‘Anyone who deals with drugs is no longer safe. That is the new reality.’ This is what Kristian Vanderwaeren, the chief executive of customs, said in a response to Friday’s events, in which two dock workers were gagged and threatened on the customs premises in the Waasland port. ‘We have been confiscating a lot of drugs recently. But protection is urgently needed throughout the entire chain of seizure, storage and processing. We receive support from the police. That’s going well, but just like us, they don’t have enough capacity. That makes it difficult.’ According to Vanderwaeren, the storage of cocaine must therefore be limited to a minimum period. ‘To achieve this, the capacity to burn cocaine must be increased.’
Nervous criminals
Customs and police services in the port of Antwerp have had an exceptional few weeks. During the month of October alone they intercepted more than 23 tons of cocaine. Last Friday, another 7.5 tons were found in a refrigerated container at quay 1742. The number of seizures is also increasing in Rotterdam, where the same drug gangs are active. It seems that the war on drugs in Antwerp and Rotterdam is finally starting to hurt the drug gangs in the pockets. Until recently, a seized load was simply a calculated risk that hardly disrupted the organization. That seems different now. It leads to nervousness, because among criminals there is always someone who has to pay for the costs of a lost load.
Until now, violence in the streets of Antwerp has been mainly limited to the drug gangs themselves, but that now seems to be changing because the gangs are taking the risk of stealing their confiscated loads again.
Animal skins
In mid-October, the Rapid Response Team (SRT) of the Antwerp local police narrowly prevented a heavily armed drug gang from stealing back a shipment of 10 tons of seized cocaine from customs.
On Friday, at the Linkeroever border inspection post in the Waaslandhaven, two dock workers working on behalf of customs were gagged by three men and threatened with knives. “The criminals targeted a container with animal skins that had been seized by the Federal Agency for the Safety of the Food Chain (FASFC),” says Bart Torrekens, customs officer and chairman of the independent trade union NUOD. The FASFC is located in the same buildings as customs. According to Torrekens, the container was probably not seized because it was suspected to contain drugs, but merely to check the skins. That is why the container had been there for several days.
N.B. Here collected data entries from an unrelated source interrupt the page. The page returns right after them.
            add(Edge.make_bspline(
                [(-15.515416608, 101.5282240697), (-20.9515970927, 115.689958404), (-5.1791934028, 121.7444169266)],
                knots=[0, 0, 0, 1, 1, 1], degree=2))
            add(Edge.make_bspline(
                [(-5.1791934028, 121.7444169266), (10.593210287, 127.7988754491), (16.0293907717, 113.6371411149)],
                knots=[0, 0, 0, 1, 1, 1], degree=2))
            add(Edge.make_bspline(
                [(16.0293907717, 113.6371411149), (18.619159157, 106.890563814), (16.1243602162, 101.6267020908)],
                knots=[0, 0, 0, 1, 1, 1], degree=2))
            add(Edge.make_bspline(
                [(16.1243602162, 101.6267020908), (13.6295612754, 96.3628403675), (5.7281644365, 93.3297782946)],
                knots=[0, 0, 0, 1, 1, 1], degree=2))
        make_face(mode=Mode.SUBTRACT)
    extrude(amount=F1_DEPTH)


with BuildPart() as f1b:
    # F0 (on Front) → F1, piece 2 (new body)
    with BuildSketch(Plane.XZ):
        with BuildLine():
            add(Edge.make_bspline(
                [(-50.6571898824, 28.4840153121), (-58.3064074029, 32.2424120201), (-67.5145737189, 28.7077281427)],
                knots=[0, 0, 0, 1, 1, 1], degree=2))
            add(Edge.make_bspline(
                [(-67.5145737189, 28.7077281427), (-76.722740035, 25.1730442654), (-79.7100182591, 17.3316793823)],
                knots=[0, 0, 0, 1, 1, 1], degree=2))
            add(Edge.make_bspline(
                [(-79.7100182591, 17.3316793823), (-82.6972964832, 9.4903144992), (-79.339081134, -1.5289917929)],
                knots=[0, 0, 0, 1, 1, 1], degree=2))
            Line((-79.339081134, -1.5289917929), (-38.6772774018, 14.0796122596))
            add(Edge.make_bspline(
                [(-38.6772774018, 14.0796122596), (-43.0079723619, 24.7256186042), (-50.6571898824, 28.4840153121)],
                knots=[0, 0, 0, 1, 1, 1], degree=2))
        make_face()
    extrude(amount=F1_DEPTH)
“I suspect that there was a GPS tracker in the container and that this is how the drug gang found out where it was,” says Torrekens. To date, it is not 100 percent certain whether the container contained drugs and – if so – whether the gang managed to take the drugs. The Antwerp public prosecutor’s office does not want to comment on the investigation. “We are certainly concerned about the violence that is becoming increasingly violent,” says Stephanie Chomé of the public prosecutor’s office. ‘We confiscate a lot of drugs. The result is an additional safety risk that we must urgently adapt to.”
Torrekens, who himself works for the armed security service of customs, advocates for more heavily armed customs officers. ‘Customs officers are being followed. Cars with Dutch license plates drive slowly past our posts. That is not intended to reassure people. There are 30 of us, but we could use twice as many. And we should also get machine guns instead of our pistols. The criminals are also heavily armed.”
Permits
Another tricky point is the combustion of the cocaine. ‘We used to be able to go to Ghent, Harelbeke and Bruges to burn the cocaine. But due to changed environmental legislation, this can now only happen in Antwerp or Brussels. We certainly do not advocate traveling unnecessary distances with cocaine, because that is also a risk. But in the Netherlands they destroy the drugs the same day. That should be possible here too.’
Burning faster is also the solution that Kristian Vanderwaeren advocates. ‘But it’s not always that simple. If the cocaine is just in the deck load, it’s easy. But it is often built into the walls or incorporated into the goods. Then it must first be removed from there and then put into barrels. That takes a lot of time.’
There were no political reactions from Finance Ministers Vincent Van Peteghem (CD&V) and Annelies Verlinden (CD&V) last weekend. Only the Minister of Justice Paul van Tigchelt (Open VLD) announced ‘that he would contribute to a solution’.